Writing at the Edge of What We Know
Theoretical physicist Chanda Prescod-Weinstein on craft, curiosity, and the cosmic questions that drive her work
What does it mean to stand at the edge of the universe—and try to describe it? For Chanda Prescod-Weinstein, the answer lies somewhere between physics, poetry, and lived experience.
A theoretical physicist and writer, Prescod-Weinstein studies dark matter and the early universe while also exploring how science intersects with culture and power. Her first book, The Disordered Cosmos: A Journey into Dark Matter, Spacetime, and Dreams Deferred, won the Los Angeles Times Book Prize in Science and Technology. Her new book, The Edge of Space-Time: Particles, Poetry, and the Cosmic Dream Boogie (April 7, 2026), takes readers to the boundaries of the universe, and asks what those boundaries reveal about ourselves.
In this edition of 21 Questions, Chanda talks about libraries, cat memes, and the unpredictable path to becoming a writer.
21 Questions with Chanda Prescod-Weinstein
1. I couldn’t have written my last book without…
Libraries. I accessed so many papers and books I needed thanks to libraries.
2. What’s the thing most people get wrong about being a writer?
We are not born good. We work hard to be good at what we do.
3. What’s your most common form of procrastination?
Looking for cat memes to share with one of my group chats.
4. Do you read your reviews?
Only the published ones.
5. What’s the first thing you do after you finish a draft?
Put it away and watch comfort TV.
6. What’s a writing habit you’re embarrassingly superstitious about?
I thought I didn’t have an answer to this question, but my spouse immediately said, “You’re obsessed with word count.”
7. What’s something you wish you’d started doing five years ago?
It would have been helpful to learn how to let myself write out of order, instead of expecting it to always come to me linearly.
8. Where do you find new ideas, and how do you keep track of them?

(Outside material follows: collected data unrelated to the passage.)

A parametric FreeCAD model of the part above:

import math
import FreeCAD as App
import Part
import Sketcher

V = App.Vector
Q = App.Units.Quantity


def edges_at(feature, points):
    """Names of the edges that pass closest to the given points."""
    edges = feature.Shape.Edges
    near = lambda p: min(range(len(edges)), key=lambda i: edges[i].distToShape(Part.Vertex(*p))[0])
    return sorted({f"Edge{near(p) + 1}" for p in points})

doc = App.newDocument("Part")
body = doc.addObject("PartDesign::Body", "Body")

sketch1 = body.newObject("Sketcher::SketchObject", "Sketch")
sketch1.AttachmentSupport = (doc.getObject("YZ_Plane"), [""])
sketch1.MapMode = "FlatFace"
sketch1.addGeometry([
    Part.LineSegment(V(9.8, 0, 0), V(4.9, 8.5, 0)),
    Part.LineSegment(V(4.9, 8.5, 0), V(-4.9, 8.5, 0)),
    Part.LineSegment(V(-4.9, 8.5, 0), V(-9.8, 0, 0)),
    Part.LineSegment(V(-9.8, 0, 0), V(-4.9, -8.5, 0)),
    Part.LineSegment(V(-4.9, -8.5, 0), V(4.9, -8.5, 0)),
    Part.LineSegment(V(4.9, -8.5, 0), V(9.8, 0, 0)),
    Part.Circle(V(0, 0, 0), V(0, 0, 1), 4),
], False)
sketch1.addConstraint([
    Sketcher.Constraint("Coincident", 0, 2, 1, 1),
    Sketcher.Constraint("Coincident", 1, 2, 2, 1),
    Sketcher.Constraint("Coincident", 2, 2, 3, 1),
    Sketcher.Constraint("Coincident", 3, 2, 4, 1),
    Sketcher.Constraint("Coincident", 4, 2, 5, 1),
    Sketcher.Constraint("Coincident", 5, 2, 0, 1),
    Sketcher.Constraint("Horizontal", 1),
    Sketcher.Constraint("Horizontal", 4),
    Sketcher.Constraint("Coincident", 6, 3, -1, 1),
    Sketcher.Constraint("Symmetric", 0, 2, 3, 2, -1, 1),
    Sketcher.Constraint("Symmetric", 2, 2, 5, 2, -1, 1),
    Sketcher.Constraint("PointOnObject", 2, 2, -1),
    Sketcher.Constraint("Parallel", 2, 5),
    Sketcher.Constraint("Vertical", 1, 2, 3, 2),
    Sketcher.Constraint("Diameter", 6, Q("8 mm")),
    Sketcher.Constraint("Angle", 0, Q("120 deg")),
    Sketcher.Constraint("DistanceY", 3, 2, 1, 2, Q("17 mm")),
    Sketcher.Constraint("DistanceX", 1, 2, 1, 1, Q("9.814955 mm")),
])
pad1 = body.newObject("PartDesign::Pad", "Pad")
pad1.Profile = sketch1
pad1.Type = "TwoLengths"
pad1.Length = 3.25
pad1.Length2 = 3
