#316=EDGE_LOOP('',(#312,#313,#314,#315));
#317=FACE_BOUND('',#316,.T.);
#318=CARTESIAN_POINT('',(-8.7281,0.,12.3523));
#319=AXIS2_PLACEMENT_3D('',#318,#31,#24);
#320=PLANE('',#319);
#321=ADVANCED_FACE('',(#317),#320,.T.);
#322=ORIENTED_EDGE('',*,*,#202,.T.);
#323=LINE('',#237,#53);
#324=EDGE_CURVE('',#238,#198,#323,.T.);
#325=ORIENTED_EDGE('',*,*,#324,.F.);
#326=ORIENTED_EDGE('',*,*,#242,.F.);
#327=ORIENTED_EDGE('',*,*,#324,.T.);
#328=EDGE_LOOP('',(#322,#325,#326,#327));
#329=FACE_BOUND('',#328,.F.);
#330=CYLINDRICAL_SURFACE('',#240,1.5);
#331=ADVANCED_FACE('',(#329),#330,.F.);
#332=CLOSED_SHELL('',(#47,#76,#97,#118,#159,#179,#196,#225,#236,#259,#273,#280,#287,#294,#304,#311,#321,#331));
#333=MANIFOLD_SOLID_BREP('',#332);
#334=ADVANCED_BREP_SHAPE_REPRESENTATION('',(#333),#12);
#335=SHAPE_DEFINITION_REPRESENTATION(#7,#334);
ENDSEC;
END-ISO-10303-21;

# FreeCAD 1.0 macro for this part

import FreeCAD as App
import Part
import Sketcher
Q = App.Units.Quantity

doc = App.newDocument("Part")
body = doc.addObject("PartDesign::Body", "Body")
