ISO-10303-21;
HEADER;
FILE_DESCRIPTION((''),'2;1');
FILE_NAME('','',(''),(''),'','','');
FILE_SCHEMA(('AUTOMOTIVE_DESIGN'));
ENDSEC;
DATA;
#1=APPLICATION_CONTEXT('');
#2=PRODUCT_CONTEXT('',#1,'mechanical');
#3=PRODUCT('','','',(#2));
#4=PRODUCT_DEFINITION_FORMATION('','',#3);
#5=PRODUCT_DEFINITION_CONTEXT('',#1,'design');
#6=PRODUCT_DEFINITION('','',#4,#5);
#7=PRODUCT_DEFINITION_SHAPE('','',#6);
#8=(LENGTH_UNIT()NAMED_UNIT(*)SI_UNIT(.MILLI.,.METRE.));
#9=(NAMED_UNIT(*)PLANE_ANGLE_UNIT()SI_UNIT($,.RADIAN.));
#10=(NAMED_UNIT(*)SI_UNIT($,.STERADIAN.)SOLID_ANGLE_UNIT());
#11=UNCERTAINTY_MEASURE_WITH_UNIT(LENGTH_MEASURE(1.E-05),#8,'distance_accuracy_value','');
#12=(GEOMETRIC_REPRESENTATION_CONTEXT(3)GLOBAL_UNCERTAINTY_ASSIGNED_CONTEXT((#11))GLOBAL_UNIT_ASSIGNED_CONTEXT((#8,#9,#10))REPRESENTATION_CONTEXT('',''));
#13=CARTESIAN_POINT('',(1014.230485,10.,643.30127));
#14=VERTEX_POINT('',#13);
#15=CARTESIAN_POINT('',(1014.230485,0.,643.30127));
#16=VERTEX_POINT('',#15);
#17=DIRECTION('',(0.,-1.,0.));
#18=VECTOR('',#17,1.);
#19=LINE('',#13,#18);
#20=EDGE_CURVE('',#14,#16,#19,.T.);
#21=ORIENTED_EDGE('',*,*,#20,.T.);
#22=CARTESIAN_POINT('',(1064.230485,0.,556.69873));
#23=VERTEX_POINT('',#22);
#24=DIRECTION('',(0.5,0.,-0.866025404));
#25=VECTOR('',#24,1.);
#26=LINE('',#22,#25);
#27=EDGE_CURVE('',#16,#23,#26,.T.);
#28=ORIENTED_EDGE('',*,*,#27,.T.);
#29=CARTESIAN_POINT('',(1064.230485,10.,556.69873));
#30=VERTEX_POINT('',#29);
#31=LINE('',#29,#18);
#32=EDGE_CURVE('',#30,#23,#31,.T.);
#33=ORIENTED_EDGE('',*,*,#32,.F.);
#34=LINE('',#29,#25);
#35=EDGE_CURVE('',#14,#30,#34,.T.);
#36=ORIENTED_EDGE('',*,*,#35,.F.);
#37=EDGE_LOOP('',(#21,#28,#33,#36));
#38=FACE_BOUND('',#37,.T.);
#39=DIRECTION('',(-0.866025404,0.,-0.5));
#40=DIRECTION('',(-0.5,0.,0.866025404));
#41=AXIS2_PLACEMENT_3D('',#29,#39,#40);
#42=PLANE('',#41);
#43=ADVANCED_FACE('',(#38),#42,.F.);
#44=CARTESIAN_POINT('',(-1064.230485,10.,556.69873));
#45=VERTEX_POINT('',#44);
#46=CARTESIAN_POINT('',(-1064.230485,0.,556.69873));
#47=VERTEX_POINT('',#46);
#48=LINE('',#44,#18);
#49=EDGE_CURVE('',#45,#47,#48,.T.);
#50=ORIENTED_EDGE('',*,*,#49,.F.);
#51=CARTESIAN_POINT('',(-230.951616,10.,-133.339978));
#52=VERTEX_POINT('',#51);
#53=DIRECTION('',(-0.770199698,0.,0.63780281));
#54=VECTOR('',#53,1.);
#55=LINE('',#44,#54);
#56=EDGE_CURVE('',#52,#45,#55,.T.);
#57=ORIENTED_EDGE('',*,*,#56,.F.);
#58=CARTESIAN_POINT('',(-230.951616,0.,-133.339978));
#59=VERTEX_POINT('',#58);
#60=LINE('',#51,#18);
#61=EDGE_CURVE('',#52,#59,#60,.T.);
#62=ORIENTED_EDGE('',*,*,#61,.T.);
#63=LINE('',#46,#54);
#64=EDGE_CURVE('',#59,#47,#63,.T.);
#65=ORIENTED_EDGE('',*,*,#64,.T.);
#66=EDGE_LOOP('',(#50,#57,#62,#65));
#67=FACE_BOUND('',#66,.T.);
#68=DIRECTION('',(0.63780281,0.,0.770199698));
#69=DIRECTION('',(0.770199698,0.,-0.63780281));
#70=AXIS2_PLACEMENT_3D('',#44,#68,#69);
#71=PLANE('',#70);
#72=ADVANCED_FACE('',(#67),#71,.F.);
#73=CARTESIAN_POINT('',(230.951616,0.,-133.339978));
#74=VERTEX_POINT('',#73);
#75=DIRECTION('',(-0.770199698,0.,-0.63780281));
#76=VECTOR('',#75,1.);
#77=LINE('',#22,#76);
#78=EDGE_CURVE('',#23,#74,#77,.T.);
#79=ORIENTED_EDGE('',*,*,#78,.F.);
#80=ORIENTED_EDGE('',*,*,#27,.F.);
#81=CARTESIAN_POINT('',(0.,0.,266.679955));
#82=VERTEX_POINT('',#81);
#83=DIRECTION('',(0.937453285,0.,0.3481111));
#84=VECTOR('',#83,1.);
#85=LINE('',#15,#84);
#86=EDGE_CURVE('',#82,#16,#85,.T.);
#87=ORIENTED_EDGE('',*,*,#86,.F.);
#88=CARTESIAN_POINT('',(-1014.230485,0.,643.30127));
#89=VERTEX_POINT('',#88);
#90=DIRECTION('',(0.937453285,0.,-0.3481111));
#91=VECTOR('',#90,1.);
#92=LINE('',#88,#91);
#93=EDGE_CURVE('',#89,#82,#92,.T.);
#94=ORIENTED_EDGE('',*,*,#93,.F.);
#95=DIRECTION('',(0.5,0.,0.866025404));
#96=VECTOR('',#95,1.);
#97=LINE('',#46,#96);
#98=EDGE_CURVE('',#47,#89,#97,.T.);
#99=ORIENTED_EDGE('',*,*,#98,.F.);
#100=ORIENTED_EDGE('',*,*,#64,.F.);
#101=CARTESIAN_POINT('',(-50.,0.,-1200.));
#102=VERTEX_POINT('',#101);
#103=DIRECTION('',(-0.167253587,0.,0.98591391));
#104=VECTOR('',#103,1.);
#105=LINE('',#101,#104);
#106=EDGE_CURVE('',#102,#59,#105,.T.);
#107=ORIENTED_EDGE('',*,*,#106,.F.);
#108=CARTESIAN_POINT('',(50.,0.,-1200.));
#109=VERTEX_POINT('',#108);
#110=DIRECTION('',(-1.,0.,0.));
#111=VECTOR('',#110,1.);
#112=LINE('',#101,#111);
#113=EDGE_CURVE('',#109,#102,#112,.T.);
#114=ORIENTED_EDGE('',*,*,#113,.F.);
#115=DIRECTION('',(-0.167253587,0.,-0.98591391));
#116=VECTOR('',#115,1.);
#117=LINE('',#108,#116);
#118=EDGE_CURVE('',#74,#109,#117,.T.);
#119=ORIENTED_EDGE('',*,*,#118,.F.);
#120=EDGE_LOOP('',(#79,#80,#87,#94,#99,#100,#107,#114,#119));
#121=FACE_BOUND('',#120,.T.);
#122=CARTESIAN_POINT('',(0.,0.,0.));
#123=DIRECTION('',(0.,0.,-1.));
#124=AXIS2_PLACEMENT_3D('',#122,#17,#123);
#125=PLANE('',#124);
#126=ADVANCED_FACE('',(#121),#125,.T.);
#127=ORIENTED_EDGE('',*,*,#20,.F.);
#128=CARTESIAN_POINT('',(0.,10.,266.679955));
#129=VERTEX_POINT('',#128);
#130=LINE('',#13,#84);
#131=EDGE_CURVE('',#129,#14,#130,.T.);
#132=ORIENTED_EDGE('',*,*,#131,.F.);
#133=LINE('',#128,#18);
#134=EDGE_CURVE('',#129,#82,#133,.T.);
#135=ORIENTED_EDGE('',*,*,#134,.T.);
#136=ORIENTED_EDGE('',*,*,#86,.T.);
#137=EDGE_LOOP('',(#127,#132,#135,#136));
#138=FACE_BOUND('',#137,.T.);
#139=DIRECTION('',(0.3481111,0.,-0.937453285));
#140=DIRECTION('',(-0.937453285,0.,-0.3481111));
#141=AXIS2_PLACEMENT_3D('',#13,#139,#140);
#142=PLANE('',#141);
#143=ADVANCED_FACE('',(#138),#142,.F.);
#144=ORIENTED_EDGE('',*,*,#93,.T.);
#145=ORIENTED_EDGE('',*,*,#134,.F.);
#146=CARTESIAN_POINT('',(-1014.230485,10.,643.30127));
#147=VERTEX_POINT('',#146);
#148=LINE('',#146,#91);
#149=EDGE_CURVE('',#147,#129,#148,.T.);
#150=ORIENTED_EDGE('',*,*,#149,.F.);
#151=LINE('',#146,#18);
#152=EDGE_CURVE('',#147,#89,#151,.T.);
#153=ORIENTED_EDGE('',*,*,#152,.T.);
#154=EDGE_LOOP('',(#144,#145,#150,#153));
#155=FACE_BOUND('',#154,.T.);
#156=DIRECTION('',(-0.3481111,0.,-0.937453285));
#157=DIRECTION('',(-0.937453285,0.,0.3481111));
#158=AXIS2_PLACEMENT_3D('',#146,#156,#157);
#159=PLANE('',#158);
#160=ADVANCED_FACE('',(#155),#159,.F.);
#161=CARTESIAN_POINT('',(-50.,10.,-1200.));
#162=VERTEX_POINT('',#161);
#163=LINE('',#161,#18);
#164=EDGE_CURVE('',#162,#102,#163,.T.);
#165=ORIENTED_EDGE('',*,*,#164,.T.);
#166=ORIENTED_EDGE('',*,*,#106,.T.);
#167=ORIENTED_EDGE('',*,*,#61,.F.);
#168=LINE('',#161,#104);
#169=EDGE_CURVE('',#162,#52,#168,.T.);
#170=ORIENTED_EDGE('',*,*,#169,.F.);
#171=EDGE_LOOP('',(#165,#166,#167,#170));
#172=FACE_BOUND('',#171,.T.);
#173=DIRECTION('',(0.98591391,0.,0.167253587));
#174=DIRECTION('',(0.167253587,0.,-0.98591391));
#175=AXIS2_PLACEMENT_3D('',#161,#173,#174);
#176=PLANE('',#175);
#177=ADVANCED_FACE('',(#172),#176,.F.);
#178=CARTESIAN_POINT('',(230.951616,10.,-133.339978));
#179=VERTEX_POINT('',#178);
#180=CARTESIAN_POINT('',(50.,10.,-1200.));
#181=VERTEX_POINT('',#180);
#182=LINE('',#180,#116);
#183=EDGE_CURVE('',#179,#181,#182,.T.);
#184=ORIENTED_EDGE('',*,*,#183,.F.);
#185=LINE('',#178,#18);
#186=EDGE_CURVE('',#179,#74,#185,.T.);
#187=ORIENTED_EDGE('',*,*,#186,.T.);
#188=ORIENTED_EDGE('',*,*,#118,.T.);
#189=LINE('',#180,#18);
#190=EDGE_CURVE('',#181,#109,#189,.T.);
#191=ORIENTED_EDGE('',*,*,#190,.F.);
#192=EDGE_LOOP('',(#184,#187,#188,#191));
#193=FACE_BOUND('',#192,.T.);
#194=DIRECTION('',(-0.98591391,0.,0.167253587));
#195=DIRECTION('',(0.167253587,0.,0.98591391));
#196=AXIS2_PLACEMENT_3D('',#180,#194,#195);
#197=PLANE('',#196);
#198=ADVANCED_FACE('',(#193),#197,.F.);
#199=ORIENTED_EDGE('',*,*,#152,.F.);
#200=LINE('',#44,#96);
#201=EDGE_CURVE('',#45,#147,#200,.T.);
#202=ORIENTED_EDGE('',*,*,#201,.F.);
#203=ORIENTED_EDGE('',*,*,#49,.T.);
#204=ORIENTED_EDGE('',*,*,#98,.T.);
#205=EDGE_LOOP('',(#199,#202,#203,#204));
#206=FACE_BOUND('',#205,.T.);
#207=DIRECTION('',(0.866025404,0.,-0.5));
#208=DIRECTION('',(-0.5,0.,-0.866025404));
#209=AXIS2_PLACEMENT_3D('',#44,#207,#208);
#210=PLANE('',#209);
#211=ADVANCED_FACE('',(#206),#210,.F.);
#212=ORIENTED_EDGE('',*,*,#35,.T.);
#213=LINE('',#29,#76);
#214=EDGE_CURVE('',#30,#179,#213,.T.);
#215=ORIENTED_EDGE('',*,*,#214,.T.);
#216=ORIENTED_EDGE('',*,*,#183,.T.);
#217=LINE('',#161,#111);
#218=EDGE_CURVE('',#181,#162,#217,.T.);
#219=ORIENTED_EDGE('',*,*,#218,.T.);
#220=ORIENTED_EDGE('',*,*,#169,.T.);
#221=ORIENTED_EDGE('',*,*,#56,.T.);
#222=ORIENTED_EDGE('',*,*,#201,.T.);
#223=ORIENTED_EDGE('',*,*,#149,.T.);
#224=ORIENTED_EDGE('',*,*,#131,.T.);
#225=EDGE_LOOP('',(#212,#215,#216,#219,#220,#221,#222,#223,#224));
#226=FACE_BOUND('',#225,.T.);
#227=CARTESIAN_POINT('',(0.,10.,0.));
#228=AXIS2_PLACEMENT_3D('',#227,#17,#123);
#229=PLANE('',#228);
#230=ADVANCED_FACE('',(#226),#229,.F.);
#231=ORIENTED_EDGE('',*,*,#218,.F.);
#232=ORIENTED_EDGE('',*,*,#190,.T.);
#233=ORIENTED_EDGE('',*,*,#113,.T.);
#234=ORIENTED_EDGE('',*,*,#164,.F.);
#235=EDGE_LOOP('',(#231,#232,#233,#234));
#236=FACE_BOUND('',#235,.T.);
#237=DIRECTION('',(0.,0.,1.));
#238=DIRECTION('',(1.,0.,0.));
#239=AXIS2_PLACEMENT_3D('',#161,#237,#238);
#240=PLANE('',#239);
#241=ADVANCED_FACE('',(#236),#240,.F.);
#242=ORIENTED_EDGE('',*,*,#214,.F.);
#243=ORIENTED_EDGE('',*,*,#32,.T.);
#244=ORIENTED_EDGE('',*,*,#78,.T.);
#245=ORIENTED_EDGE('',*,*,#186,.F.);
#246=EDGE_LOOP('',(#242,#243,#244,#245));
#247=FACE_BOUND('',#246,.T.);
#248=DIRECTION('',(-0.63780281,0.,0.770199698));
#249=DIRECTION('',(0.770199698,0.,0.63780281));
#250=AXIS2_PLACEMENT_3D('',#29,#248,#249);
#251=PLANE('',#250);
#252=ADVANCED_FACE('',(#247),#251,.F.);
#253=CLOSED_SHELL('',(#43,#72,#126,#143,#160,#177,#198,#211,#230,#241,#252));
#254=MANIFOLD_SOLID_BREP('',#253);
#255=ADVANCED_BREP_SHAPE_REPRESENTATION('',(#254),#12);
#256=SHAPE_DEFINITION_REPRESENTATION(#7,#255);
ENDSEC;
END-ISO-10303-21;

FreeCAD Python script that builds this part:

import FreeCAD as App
import Part
import Sketcher

V = App.Vector
Q = App.Units.Quantity


def add_polygon(sketch, points):
    """Adds a closed chain of lines whose ends are joined by coincident constraints."""
    first, n = sketch.GeometryCount, len(points)
    for a, b in zip(points, points[1:] + points[:1]):
        sketch.addGeometry(Part.LineSegment(App.Vector(*a, 0), App.Vector(*b, 0)), False)
    for i in range(n):
        sketch.addConstraint(Sketcher.Constraint("Coincident", first + i, 2, first + (i + 1) % n, 1))

doc = App.newDocument("Part")
body = doc.addObject("PartDesign::Body", "Body")

# Sketch on XZ plane
sketch1 = body.newObject("Sketcher::SketchObject", "Sketch")
sketch1.AttachmentSupport = (doc.getObject("XZ_Plane"), [""])
sketch1.MapMode = "FlatFace"
add_polygon(sketch1, [(1064, 557), (231, -133), (50, -1200), (-50, -1200), (-231, -133), (-1064, 557), (-1014, 643), (0, 267), (1014, 643)])  # lines 0-8
sketch1.addConstraint(Sketcher.Constraint("Horizontal", 2))
sketch1.addConstraint(Sketcher.Constraint("Symmetric", 0, 2, 3, 2, -2))
sketch1.addConstraint(Sketcher.Constraint("Symmetric", 5, 2, 7, 2, -2))
sketch1.addConstraint(Sketcher.Constraint("Symmetric", 4, 2, 8, 2, -2))
sketch1.addConstraint(Sketcher.Constraint("PointOnObject", 6, 2, -2))
sketch1.addConstraint(Sketcher.Constraint("Equal", 0, 1))
sketch1.addConstraint(Sketcher.Constraint("Equal", 1, 3))
sketch1.addConstraint(Sketcher.Constraint("Equal", 4, 6))
sketch1.addConstraint(Sketcher.Constraint("DistanceX", 2, 2, 2, 1, 100.0))
sketch1.addConstraint(Sketcher.Constraint("Angle", 5, Q("60 deg")))
sketch1.addConstraint(Sketcher.Constraint("Distance", 5, 100.0))
sketch1.addConstraint(Sketcher.Constraint("DistanceY", 1, 2, -1, 1, 1200.0))
sketch1.addConstraint(Sketcher.Constraint("DistanceX", 4, 2, 0, 2, 1295.1821))
sketch1.addConstraint(Sketcher.Constraint("Distance", 0, 1081.89976))
sketch1.addConstraint(Sketcher.Constraint("DistanceY", -1, 1, 4, 2, 556.69873))
pad1 = body.newObject("PartDesign::Pad", "Pad")
pad1.Profile = sketch1
pad1.Length = 10
pad1.Reversed = True

doc.recompute()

Everywhere. I keep a notebook where I write down important quotes. I put sticky notes on books I want to use, with a comment about what was important in the book.
9. What’s the best piece of professional advice you’ve ever received?
Ask questions when you need to.
10. And the worst?
To give up because I would never succeed. That turned out to be very wrong.
11. Whose career do you most admire and why?
I really admire astrophysicist and author Priya Natarajan. She has had an extraordinary intellectual range within astronomy and has broadly been a force for good in the discipline. On top of that, she’s also a writer with broad interests.
12. What’s on your nightstand right now?
Stephanie Wambugu’s first novel, Lonely Crowds, and Toni Morrison’s classic novel, Sula.
13. How did you find your agent?
Jessica Papin found me, and I cannot put into words how happy I am that she did.
14. What’s a writing rule you’ve happily broken?
Preposition at the end of the sentence. It’s fine, really.
15. What tech tools (AI included) do you actually use—and which ones do you actively ignore?
I am virtual lifemates with Zotero, the reference software. I am a GenAI virgin and proud of it.
16. What’s the best non-writing skill that’s helped your writing career?
Being able to get on stage and talk to large and small audiences has served me well. I’m so glad I went to a public performing arts school for seven years.

17. How many drafts before you show your editor?
Usually my editor sees the first one.
18. Can you describe your ideal workday?
One where I don’t have to deal with any university bureaucracy.
19. How does that compare to your actual workday?
A lot of writing emails and feeling annoyed by wasteful bureaucracy, interspersed with thinking about ideas I actually care about. Right now I’m picking out a textbook for the graduate quantum field theory class I’m teaching next year.
20. What’s something about the writing life that still surprises you?
No two books are alike, and the way I grow and change as a writer is completely unpredictable.
21. What is your new book about?
The Edge of Space-Time: Particles, Poetry, and the Dream Boogie is about how living at the edge of what we know is part of who we are as a species. I write about the power of physics and metaphor to shape our minds and our relationship to the cosmos, and I emphasize the spiritual importance of doing particle physics and cosmology. It’s also for anyone who has ever wondered, “What the fuck is quantum field theory?”
Bonus Q: Anything you’d like to ask or crowdsource from fellow authors in the Author Insider community?
I’m interested to know how they think about what it means to write with integrity.